On the periphery of Rome, not far from the Vatican, stands a towering obelisk named for Benito Mussolini, Italy’s fascist dictator and ally of Adolf Hitler. On a recent visit to the city, my taxi driver knew exactly where it was and found nothing remarkable about a request to go there.
The Mussolini Obelisk, standing watch over the Foro Italico sports complex, served as the starting point for my atypical tour of the Eternal City’s “fascist architecture.” At the very outset, our tour group asked our guide: Why has the Mussolini Obelisk not been removed from what appears to be a place of honor?
For an American visitor, it was the obvious question. We have become accustomed to the removal of the likenesses of Confederate generals and even Christopher Columbus from public places. But it was not a difficult question for our guide to answer: “In Italy, we view it as history.” Efforts to remove it had fizzled.

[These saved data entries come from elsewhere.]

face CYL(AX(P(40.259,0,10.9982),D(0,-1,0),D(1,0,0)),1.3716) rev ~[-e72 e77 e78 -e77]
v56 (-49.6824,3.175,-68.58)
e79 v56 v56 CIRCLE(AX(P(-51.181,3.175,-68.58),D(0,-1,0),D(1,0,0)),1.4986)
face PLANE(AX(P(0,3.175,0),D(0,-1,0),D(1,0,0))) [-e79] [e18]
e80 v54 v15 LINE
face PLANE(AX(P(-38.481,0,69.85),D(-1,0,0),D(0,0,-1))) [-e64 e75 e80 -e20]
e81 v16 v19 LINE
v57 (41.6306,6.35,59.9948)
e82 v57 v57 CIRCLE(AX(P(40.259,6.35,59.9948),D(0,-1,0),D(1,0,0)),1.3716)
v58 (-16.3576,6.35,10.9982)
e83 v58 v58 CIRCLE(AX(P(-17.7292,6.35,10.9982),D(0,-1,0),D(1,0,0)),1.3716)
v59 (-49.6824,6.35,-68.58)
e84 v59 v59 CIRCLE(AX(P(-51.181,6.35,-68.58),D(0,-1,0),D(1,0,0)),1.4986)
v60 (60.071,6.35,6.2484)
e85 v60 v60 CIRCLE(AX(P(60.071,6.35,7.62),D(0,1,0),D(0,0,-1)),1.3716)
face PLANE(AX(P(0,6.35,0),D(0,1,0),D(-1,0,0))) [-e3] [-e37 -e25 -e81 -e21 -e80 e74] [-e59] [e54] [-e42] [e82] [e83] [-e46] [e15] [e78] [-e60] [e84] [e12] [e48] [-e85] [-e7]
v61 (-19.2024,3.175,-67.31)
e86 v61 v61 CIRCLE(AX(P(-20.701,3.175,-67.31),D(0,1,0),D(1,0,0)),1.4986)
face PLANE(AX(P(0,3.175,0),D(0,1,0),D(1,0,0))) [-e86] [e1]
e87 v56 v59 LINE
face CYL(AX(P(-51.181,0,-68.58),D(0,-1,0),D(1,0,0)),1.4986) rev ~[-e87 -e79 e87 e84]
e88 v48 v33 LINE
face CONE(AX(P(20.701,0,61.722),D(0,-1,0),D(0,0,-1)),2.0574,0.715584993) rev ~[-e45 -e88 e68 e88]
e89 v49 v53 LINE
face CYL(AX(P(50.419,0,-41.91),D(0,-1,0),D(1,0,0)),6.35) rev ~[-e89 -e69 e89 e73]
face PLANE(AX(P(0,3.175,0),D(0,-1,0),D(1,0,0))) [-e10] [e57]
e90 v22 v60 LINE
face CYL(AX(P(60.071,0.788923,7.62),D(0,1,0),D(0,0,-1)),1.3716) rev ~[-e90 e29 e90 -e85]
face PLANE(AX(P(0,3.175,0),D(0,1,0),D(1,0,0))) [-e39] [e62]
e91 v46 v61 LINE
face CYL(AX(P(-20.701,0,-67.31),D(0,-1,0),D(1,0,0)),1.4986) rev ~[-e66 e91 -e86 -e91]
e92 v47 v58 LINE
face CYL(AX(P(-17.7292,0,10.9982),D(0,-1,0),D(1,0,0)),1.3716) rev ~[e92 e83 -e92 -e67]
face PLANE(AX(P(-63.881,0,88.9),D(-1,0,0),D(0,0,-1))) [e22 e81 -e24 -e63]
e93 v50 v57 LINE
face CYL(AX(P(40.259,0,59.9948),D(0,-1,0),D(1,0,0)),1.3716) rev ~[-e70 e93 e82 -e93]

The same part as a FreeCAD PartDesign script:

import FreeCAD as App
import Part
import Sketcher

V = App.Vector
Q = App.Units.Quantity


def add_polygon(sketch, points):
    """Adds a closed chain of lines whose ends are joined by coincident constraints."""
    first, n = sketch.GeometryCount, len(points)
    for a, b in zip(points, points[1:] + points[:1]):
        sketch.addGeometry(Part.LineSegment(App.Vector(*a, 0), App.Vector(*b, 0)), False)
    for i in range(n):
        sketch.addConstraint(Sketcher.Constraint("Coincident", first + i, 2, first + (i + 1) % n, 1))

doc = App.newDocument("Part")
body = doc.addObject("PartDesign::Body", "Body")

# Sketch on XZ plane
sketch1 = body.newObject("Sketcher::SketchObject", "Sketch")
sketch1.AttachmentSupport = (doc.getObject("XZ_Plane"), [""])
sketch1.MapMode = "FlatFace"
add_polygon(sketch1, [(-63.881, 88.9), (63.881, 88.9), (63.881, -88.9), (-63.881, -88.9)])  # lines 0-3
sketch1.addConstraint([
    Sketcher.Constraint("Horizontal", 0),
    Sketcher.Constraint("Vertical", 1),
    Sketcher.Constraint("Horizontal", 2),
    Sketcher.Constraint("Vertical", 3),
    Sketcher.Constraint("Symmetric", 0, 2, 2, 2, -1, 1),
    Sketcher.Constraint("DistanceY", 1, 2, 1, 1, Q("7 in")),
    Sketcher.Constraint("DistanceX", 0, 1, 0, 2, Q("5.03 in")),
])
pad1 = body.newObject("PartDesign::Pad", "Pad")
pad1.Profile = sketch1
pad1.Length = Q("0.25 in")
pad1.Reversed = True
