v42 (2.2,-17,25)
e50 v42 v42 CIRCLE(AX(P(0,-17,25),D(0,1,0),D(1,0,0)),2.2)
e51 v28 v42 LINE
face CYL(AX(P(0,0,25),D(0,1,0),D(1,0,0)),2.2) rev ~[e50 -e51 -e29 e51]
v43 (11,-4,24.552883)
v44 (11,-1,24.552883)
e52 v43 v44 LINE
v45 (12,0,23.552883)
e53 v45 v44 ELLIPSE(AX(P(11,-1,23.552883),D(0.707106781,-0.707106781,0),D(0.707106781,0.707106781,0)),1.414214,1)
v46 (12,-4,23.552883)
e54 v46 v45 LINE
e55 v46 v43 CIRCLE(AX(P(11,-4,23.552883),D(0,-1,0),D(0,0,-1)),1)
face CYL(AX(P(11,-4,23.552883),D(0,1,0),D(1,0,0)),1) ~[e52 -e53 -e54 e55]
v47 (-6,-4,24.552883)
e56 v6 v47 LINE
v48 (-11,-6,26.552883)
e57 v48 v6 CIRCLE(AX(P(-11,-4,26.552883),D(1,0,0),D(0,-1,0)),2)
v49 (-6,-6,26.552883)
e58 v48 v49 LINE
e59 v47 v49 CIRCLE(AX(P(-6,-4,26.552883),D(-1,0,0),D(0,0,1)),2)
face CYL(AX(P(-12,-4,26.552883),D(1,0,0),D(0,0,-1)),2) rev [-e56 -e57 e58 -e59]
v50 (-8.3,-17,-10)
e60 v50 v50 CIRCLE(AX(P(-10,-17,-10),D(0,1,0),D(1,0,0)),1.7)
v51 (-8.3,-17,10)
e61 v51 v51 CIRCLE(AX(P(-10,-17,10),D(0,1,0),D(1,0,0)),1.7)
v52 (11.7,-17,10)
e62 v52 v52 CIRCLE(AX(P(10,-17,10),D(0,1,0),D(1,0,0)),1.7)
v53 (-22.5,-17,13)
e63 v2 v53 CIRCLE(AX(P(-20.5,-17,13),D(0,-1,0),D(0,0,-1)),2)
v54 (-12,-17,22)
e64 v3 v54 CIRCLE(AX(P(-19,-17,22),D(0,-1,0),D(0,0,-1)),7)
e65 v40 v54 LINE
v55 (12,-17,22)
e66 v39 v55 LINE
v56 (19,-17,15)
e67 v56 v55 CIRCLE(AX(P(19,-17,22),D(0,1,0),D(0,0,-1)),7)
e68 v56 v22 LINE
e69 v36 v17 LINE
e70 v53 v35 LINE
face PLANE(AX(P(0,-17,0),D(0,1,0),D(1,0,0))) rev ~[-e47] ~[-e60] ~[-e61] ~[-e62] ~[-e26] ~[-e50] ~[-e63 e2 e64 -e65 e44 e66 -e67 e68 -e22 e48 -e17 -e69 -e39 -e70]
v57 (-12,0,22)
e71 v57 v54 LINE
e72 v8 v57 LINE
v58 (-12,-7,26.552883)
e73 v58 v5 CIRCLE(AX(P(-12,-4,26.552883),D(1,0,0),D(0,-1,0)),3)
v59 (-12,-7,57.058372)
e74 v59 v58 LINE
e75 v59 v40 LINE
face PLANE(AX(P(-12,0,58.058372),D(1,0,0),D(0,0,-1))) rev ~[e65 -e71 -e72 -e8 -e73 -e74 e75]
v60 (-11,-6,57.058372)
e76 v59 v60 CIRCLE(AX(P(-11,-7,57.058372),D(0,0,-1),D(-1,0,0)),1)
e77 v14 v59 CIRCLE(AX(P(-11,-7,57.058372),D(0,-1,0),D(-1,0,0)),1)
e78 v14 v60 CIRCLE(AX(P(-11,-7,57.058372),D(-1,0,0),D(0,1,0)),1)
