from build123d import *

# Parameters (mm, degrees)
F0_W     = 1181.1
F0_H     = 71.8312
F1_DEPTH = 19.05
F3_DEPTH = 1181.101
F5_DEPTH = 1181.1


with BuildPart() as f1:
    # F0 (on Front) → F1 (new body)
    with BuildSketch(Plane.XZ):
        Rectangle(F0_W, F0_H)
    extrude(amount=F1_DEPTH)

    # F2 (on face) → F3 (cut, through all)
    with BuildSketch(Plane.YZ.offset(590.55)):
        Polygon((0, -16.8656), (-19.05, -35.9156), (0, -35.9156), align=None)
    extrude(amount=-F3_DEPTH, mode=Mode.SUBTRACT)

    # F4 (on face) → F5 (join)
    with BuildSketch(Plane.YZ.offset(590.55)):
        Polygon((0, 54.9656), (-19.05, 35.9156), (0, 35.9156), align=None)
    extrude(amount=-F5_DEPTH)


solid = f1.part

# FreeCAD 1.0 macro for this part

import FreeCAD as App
import Part
import Sketcher
Q = App.Units.Quantity

doc = App.newDocument("Part")
body = doc.addObject("PartDesign::Body", "Body")

# Sketch on XZ plane
sketch1 = body.newObject("Sketcher::SketchObject", "Sketch")
sketch1.AttachmentSupport = (doc.getObject("XZ_Plane"), [""])
sketch1.MapMode = "FlatFace"
sketch1.addGeometry([
    Part.LineSegment(App.Vector(-591, 36, 0), App.Vector(-591, -36, 0)),
    Part.LineSegment(App.Vector(-591, -36, 0), App.Vector(591, -36, 0)),
    Part.LineSegment(App.Vector(591, -36, 0), App.Vector(591, 36, 0)),
    Part.LineSegment(App.Vector(591, 36, 0), App.Vector(-591, 36, 0)),
], False)
sketch1.addConstraint([
    Sketcher.Constraint("Coincident", 0, 2, 1, 1),
    Sketcher.Constraint("Coincident", 1, 2, 2, 1),
    Sketcher.Constraint("Coincident", 2, 2, 3, 1),
    Sketcher.Constraint("Coincident", 3, 2, 0, 1),
    Sketcher.Constraint("Vertical", 0),
    Sketcher.Constraint("Horizontal", 1),
    Sketcher.Constraint("Vertical", 2),
    Sketcher.Constraint("Horizontal", 3),
    Sketcher.Constraint("Symmetric", 0, 2, 2, 2, -1, 1),
    Sketcher.Constraint("DistanceX", 1, 1, 1, 2, Q("46.5 in")),
    Sketcher.Constraint("DistanceY", 0, 2, 0, 1, Q("2.828 in")),
])
pad1 = body.newObject("PartDesign::Pad", "Pad")
pad1.Profile = sketch1
pad1.Length = Q("0.75 in")

# Sketch on YZ plane
sketch2 = body.newObject("Sketcher::SketchObject", "Sketch001")
sketch2.AttachmentSupport = (doc.getObject("YZ_Plane"), [""])
sketch2.MapMode = "FlatFace"
sketch2.AttachmentOffset = App.Placement(App.Vector(0, 0, 23.25 * 25.4), App.Rotation())
sketch2.addGeometry([
    Part.LineSegment(App.Vector(0, -17, 0), App.Vector(-19, -36, 0)),
    Part.LineSegment(App.Vector(-19, -36, 0), App.Vector(0, -36, 0)),
    Part.LineSegment(App.Vector(0, -36, 0), App.Vector(0, -17, 0)),
], False)
sketch2.addConstraint([
    Sketcher.Constraint("Coincident", 0, 2, 1, 1),
    Sketcher.Constraint("Coincident", 1, 2, 2, 1),
    Sketcher.Constraint("Coincident", 2, 2, 0, 1),
    Sketcher.Constraint("Horizontal", 1),
    Sketcher.Constraint("Vertical", 2),
    Sketcher.Constraint("PointOnObject", 1, 2, -2),
    Sketcher.Constraint("Equal", 1, 2),
    Sketcher.Constraint("DistanceX", 1, 1, 1, 2, Q("0.75 in")),
    Sketcher.Constraint("DistanceY", 0, 2, -1, 1, Q("1.414 in")),
])
pocket1 = body.newObject("PartDesign::Pocket", "Pocket")
pocket1.Profile = sketch2
pocket1.Type = "ThroughAll"

# Sketch on YZ plane
sketch3 = body.newObject("Sketcher::SketchObject", "Sketch002")
sketch3.AttachmentSupport = (doc.getObject("YZ_Plane"), [""])
sketch3.MapMode = "FlatFace"
sketch3.AttachmentOffset = App.Placement(App.Vector(0, 0, 23.25 * 25.4), App.Rotation())
sketch3.addGeometry([
    Part.LineSegment(App.Vector(0, 55, 0), App.Vector(-19, 36, 0)),
    Part.LineSegment(App.Vector(-19, 36, 0), App.Vector(0, 36, 0)),
    Part.LineSegment(App.Vector(0, 36, 0), App.Vector(0, 55, 0)),
], False)
sketch3.addConstraint([
    Sketcher.Constraint("Coincident", 0, 2, 1, 1),
    Sketcher.Constraint("Coincident", 1, 2, 2, 1),
    Sketcher.Constraint("Coincident", 2, 2, 0, 1),
    Sketcher.Constraint("Horizontal", 1),
    Sketcher.Constraint("Vertical", 2),
    Sketcher.Constraint("PointOnObject", 1, 2, -2),
    Sketcher.Constraint("Equal", 1, 2),
    Sketcher.Constraint("DistanceX", 1, 1, 1, 2, Q("0.75 in")),
    Sketcher.Constraint("DistanceY", -1, 1, 0, 2, Q("1.414 in")),
])
pad2 = body.newObject("PartDesign::Pad", "Pad001")
pad2.Profile = sketch3
pad2.Length = Q("46.5 in")
pad2.Reversed = True

doc.recompute()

The loss that comes from laundering the past was made clear to us in the historical lesson our tour group received that day—a lesson that would have been impossible if cancel culture, American-style, had prevailed. Over more than four hours, the reminders—and remainders—of “Il Duce” served as a point of entry to a history that underscored why we view Mussolini as an historic villain. At the same time, they provided a series of clues to help answer the question that prompted me to book the tour in the first place: How was it that the country of the Renaissance, of great art and great literature, had veered so far off course as to help enable the Holocaust?